Of course Haringey could do more. I was taking issue with your personal view that access can be a bother, no more than that. For some people it's a lot more than that. It's great that you had the strength to push a big buggy. Not everyone does. And wheelchairs are another story. I'm not suggesting felling trees; I am suggesting that people with disabilities are important. 

My husband is a recent wheelchair user and I hadn’t really appreciated before the difficulty of just getting out of the house and along the street.  On my own road I have to get him off the pavement on our side of the road, wait for a traffic to let me cross and then on to the opposite side as ours is lumpy tarmac that I physically don’t have the strength to push him over.  Like you say, it’s not a ‘bother’, it means we don’t go out unless I can get a friend to help.

Michael, in my view Haringey Council pays far less attention to the needs of the majority of the users of pedestrian pavements, than they do to the minority of car-owners in the Borough.

The users of pavements includes Cllr Hakata's "Wheelers" and many other classes of user who benefit from smooth and sufficiently wide paving.

In general, the Borough's pavements are in a poor state and the council's street-tree planting scheme could equally be described as a width-reduction programme.

The state of pavement in the north-east of Finsbury Park (the Council's Kranbrother hire) is in a wretched state, despite £1.34 million raised on the back of our park. No one would be content pushing a wheelchair there.

I agree with all you say Clive.  But there needs to also be an acceptance that some trees have simply outgrown their planting sites.  Saying it’s not a bother to have to get on and off the pavement because you can do it with your bike (which for some reason was being ridden on the pavement) is breathtakingly patronising.

As harsh as it sounds the collective value to a neighbourhood of a mature tree trumps the access challenges of an individual resident.

Why can't the council build a wooden ramp on the footpath to traverse the roots? This is done in national parks and beauty spots throughout the country. And the cost would be a fraction of what the council has already spent trying to remove the Oakfield tree (unnecessarily).

Disability access is important.

The idea of a well made wooden platform is a good solution. If need be, it could be constructed on the road side (with protective bollards) with the minor sacrifice of a parking bay.

Yes Amy, it does sound harsh.  And it’s not an individual resident - there are thousands and we’ve spend our lives being of value to our neighbourhoods but you never see us as it’s a bloody obstacle course out there.  Good luck with persuading home owners to have wooden ramps outside of their front gates btw.

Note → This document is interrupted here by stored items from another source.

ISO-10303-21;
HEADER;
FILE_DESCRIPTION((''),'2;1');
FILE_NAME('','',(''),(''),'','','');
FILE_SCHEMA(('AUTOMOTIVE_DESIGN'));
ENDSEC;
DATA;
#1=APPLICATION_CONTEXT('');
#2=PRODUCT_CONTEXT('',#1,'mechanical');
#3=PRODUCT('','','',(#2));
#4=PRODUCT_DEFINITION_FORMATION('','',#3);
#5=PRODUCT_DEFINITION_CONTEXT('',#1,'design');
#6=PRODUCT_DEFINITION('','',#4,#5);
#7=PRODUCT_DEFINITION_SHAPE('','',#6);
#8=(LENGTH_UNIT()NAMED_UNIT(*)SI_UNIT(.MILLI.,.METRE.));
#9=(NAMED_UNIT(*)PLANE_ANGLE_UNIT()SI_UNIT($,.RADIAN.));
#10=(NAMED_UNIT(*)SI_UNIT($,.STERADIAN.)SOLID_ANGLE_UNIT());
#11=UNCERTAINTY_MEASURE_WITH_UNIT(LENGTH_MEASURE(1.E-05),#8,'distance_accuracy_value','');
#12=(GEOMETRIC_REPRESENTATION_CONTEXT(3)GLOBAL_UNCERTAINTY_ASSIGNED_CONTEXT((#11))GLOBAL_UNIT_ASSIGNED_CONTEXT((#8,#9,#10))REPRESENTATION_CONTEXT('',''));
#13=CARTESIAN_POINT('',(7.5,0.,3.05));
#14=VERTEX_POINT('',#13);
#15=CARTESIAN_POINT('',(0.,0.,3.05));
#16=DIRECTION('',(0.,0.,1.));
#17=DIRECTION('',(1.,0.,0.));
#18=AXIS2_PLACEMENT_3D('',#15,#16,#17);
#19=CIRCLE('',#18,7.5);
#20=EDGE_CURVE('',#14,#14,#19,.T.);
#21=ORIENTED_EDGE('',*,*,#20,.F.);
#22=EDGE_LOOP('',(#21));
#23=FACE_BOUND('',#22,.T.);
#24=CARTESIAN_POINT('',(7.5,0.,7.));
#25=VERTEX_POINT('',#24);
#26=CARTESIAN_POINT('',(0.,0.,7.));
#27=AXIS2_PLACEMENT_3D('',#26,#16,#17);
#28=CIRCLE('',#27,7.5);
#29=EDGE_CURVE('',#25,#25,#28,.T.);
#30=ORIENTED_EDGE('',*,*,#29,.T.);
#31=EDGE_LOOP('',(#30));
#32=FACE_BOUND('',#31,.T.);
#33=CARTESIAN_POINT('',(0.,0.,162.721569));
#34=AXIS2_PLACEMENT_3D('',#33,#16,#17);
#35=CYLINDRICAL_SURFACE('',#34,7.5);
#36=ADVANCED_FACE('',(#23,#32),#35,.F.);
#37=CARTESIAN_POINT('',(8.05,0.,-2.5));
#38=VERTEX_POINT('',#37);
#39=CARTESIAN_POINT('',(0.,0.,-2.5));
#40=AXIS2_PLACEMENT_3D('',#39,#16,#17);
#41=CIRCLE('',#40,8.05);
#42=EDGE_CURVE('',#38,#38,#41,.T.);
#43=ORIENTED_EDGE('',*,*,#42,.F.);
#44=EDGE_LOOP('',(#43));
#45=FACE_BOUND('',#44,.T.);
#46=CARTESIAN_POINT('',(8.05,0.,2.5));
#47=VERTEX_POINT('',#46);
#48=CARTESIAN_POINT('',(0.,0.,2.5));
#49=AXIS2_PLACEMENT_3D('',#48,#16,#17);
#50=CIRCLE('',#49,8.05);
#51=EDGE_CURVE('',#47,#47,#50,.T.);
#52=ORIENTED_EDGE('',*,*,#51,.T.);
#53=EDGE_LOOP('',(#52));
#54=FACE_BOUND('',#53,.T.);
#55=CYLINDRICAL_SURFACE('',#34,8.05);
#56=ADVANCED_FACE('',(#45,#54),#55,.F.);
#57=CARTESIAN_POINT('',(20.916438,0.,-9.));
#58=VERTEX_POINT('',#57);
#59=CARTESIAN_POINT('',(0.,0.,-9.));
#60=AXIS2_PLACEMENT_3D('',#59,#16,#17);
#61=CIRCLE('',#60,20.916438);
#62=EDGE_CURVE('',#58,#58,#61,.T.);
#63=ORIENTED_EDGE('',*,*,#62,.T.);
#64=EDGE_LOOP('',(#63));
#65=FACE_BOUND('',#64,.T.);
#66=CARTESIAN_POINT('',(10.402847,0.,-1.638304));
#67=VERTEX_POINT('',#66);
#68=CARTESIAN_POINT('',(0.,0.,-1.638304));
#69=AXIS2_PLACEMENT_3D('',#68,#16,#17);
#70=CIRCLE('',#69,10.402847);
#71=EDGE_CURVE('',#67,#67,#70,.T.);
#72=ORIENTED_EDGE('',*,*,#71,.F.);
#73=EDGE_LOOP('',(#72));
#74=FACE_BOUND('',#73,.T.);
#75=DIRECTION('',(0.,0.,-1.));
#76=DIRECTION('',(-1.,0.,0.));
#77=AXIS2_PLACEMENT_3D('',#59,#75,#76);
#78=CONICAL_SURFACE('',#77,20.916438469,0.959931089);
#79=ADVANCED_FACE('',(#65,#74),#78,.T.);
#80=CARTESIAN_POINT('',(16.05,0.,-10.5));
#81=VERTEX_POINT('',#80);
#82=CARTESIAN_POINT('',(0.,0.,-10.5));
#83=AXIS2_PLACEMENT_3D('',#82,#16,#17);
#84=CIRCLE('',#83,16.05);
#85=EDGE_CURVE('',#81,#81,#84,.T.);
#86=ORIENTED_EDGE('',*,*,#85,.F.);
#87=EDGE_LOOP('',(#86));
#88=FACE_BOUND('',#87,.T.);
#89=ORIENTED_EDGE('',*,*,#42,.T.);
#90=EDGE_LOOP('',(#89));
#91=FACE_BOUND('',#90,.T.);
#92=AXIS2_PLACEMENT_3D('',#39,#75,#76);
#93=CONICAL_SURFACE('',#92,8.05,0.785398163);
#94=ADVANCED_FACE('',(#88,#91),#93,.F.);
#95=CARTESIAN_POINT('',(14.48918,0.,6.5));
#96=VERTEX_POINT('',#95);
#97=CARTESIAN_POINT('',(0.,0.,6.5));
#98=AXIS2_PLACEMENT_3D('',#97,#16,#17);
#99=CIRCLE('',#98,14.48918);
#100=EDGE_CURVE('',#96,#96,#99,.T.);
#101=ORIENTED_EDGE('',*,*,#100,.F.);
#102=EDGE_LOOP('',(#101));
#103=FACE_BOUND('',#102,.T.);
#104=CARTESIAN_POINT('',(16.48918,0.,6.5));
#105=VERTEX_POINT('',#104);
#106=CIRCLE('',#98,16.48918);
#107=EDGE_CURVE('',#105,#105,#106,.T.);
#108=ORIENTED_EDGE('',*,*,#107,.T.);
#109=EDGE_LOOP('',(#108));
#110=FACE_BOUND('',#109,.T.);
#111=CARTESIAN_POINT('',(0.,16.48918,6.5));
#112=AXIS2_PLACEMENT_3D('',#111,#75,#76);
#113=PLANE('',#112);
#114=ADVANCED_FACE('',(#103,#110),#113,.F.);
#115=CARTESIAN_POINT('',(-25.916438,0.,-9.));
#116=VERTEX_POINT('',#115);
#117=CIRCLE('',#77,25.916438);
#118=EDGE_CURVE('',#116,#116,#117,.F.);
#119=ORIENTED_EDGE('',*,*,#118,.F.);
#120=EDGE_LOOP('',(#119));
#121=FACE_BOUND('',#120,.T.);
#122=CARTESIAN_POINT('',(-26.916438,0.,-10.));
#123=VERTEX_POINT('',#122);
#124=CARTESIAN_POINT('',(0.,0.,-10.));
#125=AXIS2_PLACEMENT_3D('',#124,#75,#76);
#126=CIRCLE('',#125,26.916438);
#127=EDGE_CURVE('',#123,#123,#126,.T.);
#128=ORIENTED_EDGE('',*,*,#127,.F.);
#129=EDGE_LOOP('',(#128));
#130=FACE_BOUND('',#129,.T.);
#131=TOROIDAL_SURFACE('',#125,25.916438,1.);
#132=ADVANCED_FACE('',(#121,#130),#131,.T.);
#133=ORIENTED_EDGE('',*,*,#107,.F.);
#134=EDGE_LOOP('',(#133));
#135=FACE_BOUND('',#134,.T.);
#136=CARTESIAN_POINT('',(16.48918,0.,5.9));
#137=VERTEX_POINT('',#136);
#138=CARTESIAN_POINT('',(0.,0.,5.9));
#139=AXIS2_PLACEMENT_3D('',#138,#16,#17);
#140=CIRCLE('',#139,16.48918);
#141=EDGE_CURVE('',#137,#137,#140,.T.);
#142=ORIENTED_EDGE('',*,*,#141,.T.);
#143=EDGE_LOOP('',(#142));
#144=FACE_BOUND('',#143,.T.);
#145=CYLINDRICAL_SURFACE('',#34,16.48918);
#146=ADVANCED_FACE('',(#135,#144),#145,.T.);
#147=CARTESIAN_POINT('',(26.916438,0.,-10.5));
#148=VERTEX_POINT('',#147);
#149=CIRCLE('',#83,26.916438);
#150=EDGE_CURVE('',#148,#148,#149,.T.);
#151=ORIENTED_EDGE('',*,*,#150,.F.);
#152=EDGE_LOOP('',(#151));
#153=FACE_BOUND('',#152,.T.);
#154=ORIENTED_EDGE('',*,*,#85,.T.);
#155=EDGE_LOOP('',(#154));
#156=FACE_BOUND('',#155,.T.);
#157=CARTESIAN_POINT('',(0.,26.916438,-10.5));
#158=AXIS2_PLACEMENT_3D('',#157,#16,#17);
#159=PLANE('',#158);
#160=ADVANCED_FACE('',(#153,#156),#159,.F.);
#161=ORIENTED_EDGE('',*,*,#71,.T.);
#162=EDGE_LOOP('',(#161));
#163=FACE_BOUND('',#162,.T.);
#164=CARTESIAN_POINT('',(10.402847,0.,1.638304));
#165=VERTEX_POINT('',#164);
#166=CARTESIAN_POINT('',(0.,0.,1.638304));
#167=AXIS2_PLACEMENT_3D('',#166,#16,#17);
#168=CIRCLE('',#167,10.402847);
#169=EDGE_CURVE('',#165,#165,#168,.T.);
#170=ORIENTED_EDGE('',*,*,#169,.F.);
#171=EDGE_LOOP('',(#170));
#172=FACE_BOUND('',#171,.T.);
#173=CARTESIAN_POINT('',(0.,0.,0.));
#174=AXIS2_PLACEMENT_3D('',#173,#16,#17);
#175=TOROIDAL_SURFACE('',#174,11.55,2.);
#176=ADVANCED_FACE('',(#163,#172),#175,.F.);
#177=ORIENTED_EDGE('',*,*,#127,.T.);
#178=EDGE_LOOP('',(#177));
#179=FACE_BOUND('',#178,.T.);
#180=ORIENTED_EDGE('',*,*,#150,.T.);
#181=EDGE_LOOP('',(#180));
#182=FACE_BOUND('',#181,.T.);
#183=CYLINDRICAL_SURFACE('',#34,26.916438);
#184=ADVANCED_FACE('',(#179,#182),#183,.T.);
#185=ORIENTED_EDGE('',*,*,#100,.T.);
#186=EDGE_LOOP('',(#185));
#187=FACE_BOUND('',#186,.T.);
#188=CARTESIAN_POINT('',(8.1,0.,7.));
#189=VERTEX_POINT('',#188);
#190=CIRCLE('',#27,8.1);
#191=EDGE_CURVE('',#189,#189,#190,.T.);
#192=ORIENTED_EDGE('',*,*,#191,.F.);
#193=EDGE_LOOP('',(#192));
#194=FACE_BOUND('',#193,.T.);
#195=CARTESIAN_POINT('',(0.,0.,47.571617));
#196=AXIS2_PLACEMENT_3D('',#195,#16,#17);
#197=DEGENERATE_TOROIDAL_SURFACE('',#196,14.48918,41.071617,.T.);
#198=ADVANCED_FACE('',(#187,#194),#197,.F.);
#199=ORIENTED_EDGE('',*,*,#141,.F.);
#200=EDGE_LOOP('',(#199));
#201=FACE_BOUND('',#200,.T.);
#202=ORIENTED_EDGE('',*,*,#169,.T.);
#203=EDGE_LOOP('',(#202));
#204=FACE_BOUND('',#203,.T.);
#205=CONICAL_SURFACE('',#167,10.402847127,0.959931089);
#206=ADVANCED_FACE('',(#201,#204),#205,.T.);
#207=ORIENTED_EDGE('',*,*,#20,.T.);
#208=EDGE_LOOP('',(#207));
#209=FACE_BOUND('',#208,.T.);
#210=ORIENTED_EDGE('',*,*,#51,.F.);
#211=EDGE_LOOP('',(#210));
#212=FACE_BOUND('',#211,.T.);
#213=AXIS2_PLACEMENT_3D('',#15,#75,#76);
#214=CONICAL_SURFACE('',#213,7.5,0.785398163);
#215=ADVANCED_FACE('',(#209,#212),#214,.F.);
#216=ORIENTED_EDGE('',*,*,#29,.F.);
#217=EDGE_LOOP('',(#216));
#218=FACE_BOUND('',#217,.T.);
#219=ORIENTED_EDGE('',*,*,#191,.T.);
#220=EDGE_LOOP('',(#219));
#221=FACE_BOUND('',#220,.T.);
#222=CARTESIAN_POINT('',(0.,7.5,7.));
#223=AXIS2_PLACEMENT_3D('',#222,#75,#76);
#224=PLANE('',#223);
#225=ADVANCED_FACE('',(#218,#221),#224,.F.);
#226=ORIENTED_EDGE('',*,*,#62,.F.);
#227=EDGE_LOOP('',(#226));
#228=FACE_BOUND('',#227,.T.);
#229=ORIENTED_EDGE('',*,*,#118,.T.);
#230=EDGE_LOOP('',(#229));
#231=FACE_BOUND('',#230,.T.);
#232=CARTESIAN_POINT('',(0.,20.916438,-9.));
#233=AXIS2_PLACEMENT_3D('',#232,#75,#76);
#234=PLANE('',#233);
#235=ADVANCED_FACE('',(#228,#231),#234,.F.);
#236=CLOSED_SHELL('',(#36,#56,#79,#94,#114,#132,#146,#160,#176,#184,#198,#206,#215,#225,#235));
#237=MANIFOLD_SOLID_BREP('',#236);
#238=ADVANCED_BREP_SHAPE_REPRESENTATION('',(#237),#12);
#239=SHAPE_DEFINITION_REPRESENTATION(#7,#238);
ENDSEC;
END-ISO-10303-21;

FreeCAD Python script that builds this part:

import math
import FreeCAD as App
import Part
import Sketcher
Q = App.Units.Quantity


def edges_at(feature, points):
    """Names of the edges that pass closest to the given points."""
    edges = feature.Shape.Edges
    near = lambda p: min(range(len(edges)), key=lambda i: edges[i].distToShape(Part.Vertex(*p))[0])
    return sorted({f"Edge{near(p) + 1}" for p in points})

doc = App.newDocument("Part")
body = doc.addObject("PartDesign::Body", "Body")

sketch1 = body.newObject("Sketcher::SketchObject", "Sketch")
sketch1.AttachmentSupport = (doc.getObject("YZ_Plane"), [""])
sketch1.MapMode = "FlatFace"
sketch1.addGeometry([
    Part.LineSegment(App.Vector(8.1, 2.5, 0), App.Vector(8.1, -2.5, 0)),
    Part.LineSegment(App.Vector(8.1, -2.5, 0), App.Vector(16.1, -10.5, 0)),
    Part.LineSegment(App.Vector(16.1, -10.5, 0), App.Vector(26.9, -10.5, 0)),
    Part.LineSegment(App.Vector(26.9, -10.5, 0), App.Vector(26.9, -9, 0)),
    Part.LineSegment(App.Vector(26.9, -9, 0), App.Vector(20.9, -9, 0)),
    Part.LineSegment(App.Vector(20.9, -9, 0), App.Vector(10.4, -1.6, 0)),
    Part.ArcOfCircle(Part.Circle(App.Vector(11.6, 0, 0), App.Vector(0, 0, 1), 2), math.radians(125), math.radians(235)),
    Part.LineSegment(App.Vector(10.4, 1.6, 0), App.Vector(16.5, 5.9, 0)),
    Part.LineSegment(App.Vector(16.5, 5.9, 0), App.Vector(16.5, 6.5, 0)),
    Part.LineSegment(App.Vector(16.5, 6.5, 0), App.Vector(14.5, 6.5, 0)),
    Part.ArcOfCircle(Part.Circle(App.Vector(14.5, 47.6, 0), App.Vector(0, 0, 1), 41.1), math.radians(-98.95), math.radians(-90)),
    Part.LineSegment(App.Vector(8.1, 7, 0), App.Vector(7.5, 7, 0)),
    Part.LineSegment(App.Vector(7.5, 7, 0), App.Vector(7.5, 3, 0)),
    Part.LineSegment(App.Vector(7.5, 3, 0), App.Vector(8.1, 2.5, 0)),
], False)
sketch1.addConstraint([
    Sketcher.Constraint("Coincident", 0, 2, 1, 1),
    Sketcher.Constraint("Coincident", 1, 2, 2, 1),
    Sketcher.Constraint("Coincident", 2, 2, 3, 1),
    Sketcher.Constraint("Coincident", 3, 2, 4, 1),
    Sketcher.Constraint("Coincident", 4, 2, 5, 1),
    Sketcher.Constraint("Tangent", 5, 2, 6, 2),
    Sketcher.Constraint("Tangent", 6, 1, 7, 1),
    Sketcher.Constraint("Coincident", 7, 2, 8, 1),
    Sketcher.Constraint("Coincident", 8, 2, 9, 1),
    Sketcher.Constraint("Tangent", 9, 2, 10, 2),
    Sketcher.Constraint("Coincident", 10, 1, 11, 1),
    Sketcher.Constraint("Coincident", 11, 2, 12, 1),
    Sketcher.Constraint("Coincident", 12, 2, 13, 1),
    Sketcher.Constraint("Coincident", 13, 2, 0, 1),
    Sketcher.Constraint("Vertical", 0),
    Sketcher.Constraint("Horizontal", 2),
    Sketcher.Constraint("Vertical", 3),
    Sketcher.Constraint("Horizontal", 4),
    Sketcher.Constraint("Vertical", 8),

This campaign is about trees, protecting them and saving them because they keep us safe. Trees do not grow out of their planting sites, they should be fine if a soil pit is carefully cut, they're pollarded and managed which is what happens with our plane trees. It's our environment that is encrouching on them, concrete, houses, utilities, car spaces, our human demands.

Old trees have more value on every score than young trees.

if we were to fell all the mature trees on our streets because they are difficult to move around, where would that leave us and is that a road we would like to live on?  This is irrational. Some ladder streets have lost most of their mature trees and they are hotter every summer. Trees cool us down and protect us from burning heat and flash floods.

I agree not everyone can push a wheelchair up a road around a tree or a lampost or a protruding bush easily. So we agree. 

2 final points: you have disagreed with me before on this site about trees. I remember very well.

By the way, I wheel my bike on pavements, I don't cycle.

I love public trees. I want more of them and welcome every one that is planted. But sometimes they simply outgrow their original planting and we have to accept that. I didn’t disagree with you previously about trees - I disagreed with you opposing ramp access to Parkland Walk. 

I have no idea how you have interpreted my personal view abut disability as it being a minor thing or not important, this is not what i am saying at all.